Additionally, and as mentioned previously, the IRAP is in essence a verbal measure (Barnes-Holmes et al., 2010a) which suggests that it (7) may measure a construct that is distinct from, albeit related to, that tapped into by the alternative measures and (8) is more directly comparable with explicit measures. Indeed, these qualities also make the IRAP a good potential candidate to utilize in tandem with genital response or other measures to produce more detailed and perhaps even more accurate results. As such, future research should compare the IRAP with other measures to determine whether they measure the same constructs, their comparative performance and their complementary utility.

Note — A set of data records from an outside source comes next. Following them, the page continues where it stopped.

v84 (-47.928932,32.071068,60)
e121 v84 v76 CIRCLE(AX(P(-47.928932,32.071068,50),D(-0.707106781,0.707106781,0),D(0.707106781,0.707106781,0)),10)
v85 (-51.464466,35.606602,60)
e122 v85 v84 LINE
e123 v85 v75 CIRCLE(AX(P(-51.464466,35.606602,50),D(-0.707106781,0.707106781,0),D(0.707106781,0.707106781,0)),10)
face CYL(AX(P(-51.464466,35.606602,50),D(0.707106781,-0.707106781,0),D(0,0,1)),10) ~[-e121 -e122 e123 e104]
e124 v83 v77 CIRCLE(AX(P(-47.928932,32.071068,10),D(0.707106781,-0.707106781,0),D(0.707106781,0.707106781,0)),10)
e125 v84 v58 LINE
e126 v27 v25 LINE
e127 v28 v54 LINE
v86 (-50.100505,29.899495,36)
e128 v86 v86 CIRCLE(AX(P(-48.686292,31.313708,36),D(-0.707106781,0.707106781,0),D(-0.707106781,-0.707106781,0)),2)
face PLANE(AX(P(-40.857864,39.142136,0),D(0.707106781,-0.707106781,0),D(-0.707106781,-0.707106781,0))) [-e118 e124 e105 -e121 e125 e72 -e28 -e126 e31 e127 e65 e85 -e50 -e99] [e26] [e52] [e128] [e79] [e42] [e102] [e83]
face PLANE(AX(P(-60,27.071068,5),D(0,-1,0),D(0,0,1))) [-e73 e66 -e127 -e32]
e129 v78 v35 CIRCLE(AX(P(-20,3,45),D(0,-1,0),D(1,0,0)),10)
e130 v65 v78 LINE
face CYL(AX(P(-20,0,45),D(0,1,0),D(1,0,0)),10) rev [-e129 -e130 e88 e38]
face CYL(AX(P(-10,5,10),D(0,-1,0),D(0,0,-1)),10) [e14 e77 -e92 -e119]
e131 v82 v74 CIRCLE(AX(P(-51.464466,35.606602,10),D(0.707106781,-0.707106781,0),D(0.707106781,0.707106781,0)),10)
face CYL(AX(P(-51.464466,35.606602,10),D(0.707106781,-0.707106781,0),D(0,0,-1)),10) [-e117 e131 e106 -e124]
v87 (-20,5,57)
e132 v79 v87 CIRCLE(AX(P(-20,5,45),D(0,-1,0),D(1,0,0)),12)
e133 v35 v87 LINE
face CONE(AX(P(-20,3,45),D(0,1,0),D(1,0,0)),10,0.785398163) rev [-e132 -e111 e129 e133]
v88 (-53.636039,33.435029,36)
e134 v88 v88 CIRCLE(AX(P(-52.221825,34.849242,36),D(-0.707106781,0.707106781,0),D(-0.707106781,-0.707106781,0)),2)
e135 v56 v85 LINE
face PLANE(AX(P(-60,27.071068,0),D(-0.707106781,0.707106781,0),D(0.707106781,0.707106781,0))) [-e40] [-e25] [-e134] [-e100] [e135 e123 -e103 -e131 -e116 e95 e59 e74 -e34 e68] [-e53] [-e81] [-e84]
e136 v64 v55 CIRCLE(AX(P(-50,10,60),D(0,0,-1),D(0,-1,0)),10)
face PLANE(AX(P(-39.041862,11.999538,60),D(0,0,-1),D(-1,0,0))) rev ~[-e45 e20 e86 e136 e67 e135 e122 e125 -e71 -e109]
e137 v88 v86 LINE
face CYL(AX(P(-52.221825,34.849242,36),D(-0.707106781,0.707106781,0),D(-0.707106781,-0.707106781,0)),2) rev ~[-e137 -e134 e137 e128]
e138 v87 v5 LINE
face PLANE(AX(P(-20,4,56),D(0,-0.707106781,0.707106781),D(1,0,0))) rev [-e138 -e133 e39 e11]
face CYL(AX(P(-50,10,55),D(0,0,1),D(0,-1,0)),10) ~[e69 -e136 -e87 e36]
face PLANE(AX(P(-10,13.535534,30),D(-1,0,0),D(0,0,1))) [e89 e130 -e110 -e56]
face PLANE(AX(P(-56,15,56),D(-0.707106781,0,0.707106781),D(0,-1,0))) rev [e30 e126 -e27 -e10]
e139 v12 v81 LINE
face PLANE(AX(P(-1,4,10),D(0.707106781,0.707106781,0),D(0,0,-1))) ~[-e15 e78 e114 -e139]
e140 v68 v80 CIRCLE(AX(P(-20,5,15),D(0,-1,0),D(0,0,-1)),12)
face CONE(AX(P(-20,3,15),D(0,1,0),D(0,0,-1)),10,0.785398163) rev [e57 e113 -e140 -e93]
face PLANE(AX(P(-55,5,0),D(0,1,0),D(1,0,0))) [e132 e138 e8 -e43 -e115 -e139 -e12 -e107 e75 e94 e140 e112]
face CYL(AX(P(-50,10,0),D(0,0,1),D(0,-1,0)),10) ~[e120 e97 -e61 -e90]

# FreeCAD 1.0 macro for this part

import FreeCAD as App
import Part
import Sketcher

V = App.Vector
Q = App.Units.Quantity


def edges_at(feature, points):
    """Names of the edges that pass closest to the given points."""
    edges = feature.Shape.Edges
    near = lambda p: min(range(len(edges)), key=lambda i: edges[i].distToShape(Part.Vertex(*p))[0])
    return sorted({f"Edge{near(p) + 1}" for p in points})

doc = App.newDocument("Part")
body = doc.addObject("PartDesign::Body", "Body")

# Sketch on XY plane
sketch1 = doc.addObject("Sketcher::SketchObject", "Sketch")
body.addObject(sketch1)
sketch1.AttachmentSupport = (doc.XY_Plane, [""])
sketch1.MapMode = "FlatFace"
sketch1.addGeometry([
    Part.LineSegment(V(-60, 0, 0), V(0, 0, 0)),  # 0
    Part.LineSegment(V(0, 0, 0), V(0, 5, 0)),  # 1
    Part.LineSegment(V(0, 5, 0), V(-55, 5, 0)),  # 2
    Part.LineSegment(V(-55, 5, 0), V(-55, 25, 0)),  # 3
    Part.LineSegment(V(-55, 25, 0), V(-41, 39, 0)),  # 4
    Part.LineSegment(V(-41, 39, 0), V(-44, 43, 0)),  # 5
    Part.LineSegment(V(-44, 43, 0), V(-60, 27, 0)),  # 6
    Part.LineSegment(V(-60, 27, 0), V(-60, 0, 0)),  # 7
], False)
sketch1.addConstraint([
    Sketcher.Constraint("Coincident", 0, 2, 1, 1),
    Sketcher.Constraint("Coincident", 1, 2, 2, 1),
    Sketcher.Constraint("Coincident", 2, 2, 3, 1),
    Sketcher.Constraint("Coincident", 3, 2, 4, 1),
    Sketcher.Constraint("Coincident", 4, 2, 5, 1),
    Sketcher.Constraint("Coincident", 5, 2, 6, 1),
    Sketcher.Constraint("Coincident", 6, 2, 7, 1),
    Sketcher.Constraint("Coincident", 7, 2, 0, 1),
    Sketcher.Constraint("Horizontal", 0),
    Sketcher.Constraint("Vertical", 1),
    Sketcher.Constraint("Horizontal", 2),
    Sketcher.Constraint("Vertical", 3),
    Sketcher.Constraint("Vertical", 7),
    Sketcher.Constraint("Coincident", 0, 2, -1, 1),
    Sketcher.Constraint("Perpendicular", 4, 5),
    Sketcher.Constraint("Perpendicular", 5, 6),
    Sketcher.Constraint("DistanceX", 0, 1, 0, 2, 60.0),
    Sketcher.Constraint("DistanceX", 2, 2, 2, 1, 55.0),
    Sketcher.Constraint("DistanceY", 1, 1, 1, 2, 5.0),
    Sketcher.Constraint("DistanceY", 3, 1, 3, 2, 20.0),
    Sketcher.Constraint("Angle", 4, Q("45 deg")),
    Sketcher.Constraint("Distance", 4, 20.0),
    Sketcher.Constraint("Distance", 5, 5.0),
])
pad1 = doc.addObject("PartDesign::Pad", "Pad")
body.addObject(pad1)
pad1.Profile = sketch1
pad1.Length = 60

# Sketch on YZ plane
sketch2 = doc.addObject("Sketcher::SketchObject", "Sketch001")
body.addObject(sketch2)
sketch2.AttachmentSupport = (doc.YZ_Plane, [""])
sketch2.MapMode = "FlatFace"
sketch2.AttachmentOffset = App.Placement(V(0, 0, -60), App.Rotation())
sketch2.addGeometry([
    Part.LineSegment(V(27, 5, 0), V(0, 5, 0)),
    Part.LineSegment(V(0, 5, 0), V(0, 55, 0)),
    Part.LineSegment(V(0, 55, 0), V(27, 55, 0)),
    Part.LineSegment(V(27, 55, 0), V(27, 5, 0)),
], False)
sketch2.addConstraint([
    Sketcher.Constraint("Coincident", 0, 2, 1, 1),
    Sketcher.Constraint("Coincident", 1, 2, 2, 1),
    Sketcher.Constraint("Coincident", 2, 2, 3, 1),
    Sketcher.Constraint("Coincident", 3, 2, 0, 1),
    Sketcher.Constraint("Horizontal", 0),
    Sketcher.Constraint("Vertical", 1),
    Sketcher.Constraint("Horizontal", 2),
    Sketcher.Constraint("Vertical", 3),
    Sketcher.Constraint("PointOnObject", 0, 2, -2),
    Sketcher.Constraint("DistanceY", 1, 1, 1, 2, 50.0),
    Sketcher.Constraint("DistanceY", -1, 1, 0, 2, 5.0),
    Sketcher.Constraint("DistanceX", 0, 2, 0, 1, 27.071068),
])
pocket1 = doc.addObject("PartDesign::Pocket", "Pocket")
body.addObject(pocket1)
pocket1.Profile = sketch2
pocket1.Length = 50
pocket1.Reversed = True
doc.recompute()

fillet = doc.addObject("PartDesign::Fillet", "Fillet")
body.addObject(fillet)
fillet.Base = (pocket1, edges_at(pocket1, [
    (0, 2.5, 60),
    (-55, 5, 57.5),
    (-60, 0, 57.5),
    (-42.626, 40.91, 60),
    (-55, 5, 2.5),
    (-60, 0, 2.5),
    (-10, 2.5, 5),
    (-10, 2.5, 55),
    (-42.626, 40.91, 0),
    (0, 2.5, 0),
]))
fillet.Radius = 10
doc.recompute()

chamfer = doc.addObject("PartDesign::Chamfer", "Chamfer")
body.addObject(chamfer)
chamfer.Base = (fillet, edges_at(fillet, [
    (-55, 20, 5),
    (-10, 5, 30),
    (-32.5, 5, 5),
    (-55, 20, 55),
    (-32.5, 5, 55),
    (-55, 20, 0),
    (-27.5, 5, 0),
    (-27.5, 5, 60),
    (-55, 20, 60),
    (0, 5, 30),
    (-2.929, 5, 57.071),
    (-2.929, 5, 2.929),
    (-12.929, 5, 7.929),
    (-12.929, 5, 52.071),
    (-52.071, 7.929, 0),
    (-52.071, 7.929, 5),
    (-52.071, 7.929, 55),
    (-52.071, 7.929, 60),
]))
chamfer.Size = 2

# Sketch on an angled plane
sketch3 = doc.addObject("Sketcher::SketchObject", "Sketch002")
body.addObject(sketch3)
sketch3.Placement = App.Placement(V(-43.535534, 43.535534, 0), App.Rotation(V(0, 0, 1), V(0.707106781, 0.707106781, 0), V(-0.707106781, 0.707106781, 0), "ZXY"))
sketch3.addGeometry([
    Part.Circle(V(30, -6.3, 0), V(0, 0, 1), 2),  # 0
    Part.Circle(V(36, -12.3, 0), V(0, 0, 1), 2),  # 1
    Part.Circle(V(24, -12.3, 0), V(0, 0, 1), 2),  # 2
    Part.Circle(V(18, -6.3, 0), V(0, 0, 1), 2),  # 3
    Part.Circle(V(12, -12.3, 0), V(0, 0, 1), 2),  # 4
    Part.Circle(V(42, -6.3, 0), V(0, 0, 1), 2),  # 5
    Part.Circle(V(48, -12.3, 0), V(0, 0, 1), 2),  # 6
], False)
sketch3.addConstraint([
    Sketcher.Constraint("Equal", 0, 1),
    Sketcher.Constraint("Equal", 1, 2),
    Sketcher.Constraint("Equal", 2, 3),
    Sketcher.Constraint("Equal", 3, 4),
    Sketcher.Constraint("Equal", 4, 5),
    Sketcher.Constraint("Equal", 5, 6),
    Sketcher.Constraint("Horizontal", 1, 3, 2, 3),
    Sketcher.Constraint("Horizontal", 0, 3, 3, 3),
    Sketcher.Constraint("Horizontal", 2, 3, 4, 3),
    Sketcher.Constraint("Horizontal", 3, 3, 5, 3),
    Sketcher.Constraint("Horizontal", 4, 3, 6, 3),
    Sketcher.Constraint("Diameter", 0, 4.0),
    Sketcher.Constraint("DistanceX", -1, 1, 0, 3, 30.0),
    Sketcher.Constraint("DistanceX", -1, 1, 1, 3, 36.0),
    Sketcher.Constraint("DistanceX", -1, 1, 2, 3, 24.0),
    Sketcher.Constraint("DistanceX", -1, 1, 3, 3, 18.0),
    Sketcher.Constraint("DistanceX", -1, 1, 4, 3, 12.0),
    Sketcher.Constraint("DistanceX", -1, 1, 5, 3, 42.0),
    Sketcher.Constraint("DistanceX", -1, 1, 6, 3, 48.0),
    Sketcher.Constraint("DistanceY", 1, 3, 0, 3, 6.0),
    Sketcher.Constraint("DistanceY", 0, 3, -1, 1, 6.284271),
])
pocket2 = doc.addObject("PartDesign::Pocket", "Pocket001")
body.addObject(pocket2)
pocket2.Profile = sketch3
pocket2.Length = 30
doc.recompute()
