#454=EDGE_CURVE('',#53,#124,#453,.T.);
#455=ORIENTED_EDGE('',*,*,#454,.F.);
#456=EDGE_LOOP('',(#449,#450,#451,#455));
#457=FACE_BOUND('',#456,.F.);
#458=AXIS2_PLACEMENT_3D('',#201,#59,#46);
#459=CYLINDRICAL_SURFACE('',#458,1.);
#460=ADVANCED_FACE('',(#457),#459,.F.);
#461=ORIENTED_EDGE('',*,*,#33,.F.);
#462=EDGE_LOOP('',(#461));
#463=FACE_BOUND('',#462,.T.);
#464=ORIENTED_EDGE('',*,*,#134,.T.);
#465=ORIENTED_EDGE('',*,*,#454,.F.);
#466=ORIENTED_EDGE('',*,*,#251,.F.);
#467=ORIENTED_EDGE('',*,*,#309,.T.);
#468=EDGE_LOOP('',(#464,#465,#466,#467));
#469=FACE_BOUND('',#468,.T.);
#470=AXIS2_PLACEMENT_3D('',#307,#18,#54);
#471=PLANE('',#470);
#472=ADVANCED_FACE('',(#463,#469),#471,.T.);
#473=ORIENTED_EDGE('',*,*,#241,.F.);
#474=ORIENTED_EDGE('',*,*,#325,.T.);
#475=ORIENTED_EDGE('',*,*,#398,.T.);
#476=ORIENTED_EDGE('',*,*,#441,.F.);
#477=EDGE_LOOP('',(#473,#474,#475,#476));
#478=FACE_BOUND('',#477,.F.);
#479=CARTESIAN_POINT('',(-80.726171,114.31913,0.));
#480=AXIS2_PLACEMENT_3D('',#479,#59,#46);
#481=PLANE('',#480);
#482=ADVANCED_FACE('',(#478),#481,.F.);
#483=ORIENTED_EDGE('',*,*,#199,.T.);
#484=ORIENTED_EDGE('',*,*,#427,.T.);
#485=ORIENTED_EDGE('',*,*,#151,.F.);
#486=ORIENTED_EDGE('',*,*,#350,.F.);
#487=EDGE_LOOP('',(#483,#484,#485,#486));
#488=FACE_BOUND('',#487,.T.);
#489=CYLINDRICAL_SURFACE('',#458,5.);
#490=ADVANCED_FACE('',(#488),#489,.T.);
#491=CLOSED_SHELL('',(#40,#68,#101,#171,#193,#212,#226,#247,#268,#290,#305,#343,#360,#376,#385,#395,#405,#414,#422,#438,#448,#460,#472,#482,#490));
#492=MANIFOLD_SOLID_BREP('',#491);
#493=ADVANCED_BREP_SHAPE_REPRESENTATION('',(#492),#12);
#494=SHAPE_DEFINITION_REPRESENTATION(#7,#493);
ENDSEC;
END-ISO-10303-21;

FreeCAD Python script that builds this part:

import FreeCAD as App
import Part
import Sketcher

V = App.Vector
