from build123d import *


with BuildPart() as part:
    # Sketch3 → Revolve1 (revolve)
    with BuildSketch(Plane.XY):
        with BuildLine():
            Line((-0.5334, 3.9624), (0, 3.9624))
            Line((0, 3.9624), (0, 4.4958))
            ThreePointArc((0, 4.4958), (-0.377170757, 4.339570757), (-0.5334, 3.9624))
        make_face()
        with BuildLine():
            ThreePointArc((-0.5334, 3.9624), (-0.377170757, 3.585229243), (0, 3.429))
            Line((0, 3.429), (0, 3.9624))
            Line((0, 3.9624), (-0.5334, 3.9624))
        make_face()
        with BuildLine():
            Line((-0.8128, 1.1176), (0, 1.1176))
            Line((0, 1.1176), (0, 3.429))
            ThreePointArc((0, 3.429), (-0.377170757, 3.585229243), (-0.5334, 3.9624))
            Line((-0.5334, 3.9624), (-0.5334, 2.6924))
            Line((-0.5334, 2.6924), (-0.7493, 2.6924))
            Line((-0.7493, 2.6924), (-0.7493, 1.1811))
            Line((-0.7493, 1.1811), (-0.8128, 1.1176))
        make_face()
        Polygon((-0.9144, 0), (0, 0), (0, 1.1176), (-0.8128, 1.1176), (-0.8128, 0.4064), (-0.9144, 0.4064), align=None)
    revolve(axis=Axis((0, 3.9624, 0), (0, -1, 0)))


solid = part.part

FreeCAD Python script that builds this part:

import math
import FreeCAD as App
import Part
import Sketcher
from FreeCAD import Vector
Q = App.Units.Quantity

doc = App.newDocument("Part")
body = doc.addObject("PartDesign::Body", "Body")

# Sketch on XY plane
sketch1 = body.newObject("Sketcher::SketchObject", "Sketch")
sketch1.AttachmentSupport = (doc.getObject("XY_Plane"), [""])
sketch1.MapMode = "FlatFace"
sketch1.addGeometry([
    Part.ArcOfCircle(Part.Circle(Vector(0, 3.96, 0), Vector(0, 0, 1), 0.53), math.radians(90), math.radians(180)),  # 0
    Part.LineSegment(Vector(-0.53, 3.96, 0), Vector(-0.53, 2.69, 0)),  # 1
    Part.LineSegment(Vector(-0.53, 2.69, 0), Vector(-0.75, 2.69, 0)),  # 2
    Part.LineSegment(Vector(-0.75, 2.69, 0), Vector(-0.75, 1.18, 0)),  # 3
    Part.LineSegment(Vector(-0.75, 1.18, 0), Vector(-0.81, 1.12, 0)),  # 4
    Part.LineSegment(Vector(-0.81, 1.12, 0), Vector(-0.81, 0.41, 0)),  # 5
    Part.LineSegment(Vector(-0.81, 0.41, 0), Vector(-0.91, 0.41, 0)),  # 6
    Part.LineSegment(Vector(-0.91, 0.41, 0), Vector(-0.91, 0, 0)),  # 7
    Part.LineSegment(Vector(-0.91, 0, 0), Vector(0, 0, 0)),  # 8
    Part.LineSegment(Vector(0, 0, 0), Vector(0, 4.5, 0)),  # 9
], False)
sketch1.addConstraint([
    Sketcher.Constraint("Tangent", 0, 2, 1, 1),
    Sketcher.Constraint("Coincident", 1, 2, 2, 1),
    Sketcher.Constraint("Coincident", 2, 2, 3, 1),
    Sketcher.Constraint("Coincident", 3, 2, 4, 1),
    Sketcher.Constraint("Coincident", 4, 2, 5, 1),
    Sketcher.Constraint("Coincident", 5, 2, 6, 1),
    Sketcher.Constraint("Coincident", 6, 2, 7, 1),
    Sketcher.Constraint("Coincident", 7, 2, 8, 1),
    Sketcher.Constraint("Coincident", 8, 2, 9, 1),
    Sketcher.Constraint("Coincident", 9, 2, 0, 1),
    Sketcher.Constraint("Vertical", 1),
    Sketcher.Constraint("Horizontal", 2),
    Sketcher.Constraint("Vertical", 3),
    Sketcher.Constraint("Vertical", 5),
    Sketcher.Constraint("Horizontal", 6),
    Sketcher.Constraint("Vertical", 7),
    Sketcher.Constraint("Horizontal", 8),
    Sketcher.Constraint("Vertical", 9),
    Sketcher.Constraint("Coincident", 8, 2, -1, 1),
    Sketcher.Constraint("PointOnObject", 0, 3, -2),
    Sketcher.Constraint("Angle", 4, Q("-135 deg")),
    Sketcher.Constraint("Radius", 0, Q("0.021 in")),
    Sketcher.Constraint("DistanceY", 1, 2, 1, 1, Q("0.05 in")),
    Sketcher.Constraint("DistanceX", 6, 2, 6, 1, Q("0.004 in")),
    Sketcher.Constraint("DistanceX", 8, 1, 8, 2, Q("0.036 in")),
    Sketcher.Constraint("DistanceY", 5, 2, 5, 1, Q("0.028 in")),
    Sketcher.Constraint("DistanceY", 7, 2, 7, 1, Q("0.016 in")),
    Sketcher.Constraint("DistanceY", 9, 1, 9, 2, Q("0.177 in")),
    Sketcher.Constraint("DistanceX", 2, 2, 2, 1, Q("0.0085 in")),
])
revolution = body.newObject("PartDesign::Revolution", "Revolution")
revolution.Profile = sketch1
revolution.ReferenceAxis = (sketch1, ["V_Axis"])
revolution.Angle = 360

doc.recompute()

In conclusion, we have shown that the IRAP has a powerful ability to identify the sexual orientations of gynephilic and androphilic men, and critically its accuracy in this regard was maintained when measuring separate response biases for male and female stimuli. Indeed, these separate measurements indicated that the response biases of the two sexual orientations targeted here are not strictly orthogonal. This finding raises some interesting questions concerning the variables responsible for the absence of a negative bias among the androphilic men for the female stimuli, especially given that this group rated sex with females negatively on the explicit measure. In any case, these findings provide further support for Snowden et al.’s (2008) conclusion that implicit measurements could prove to be of considerable utility in the study of sexual orientation and sexual preferences.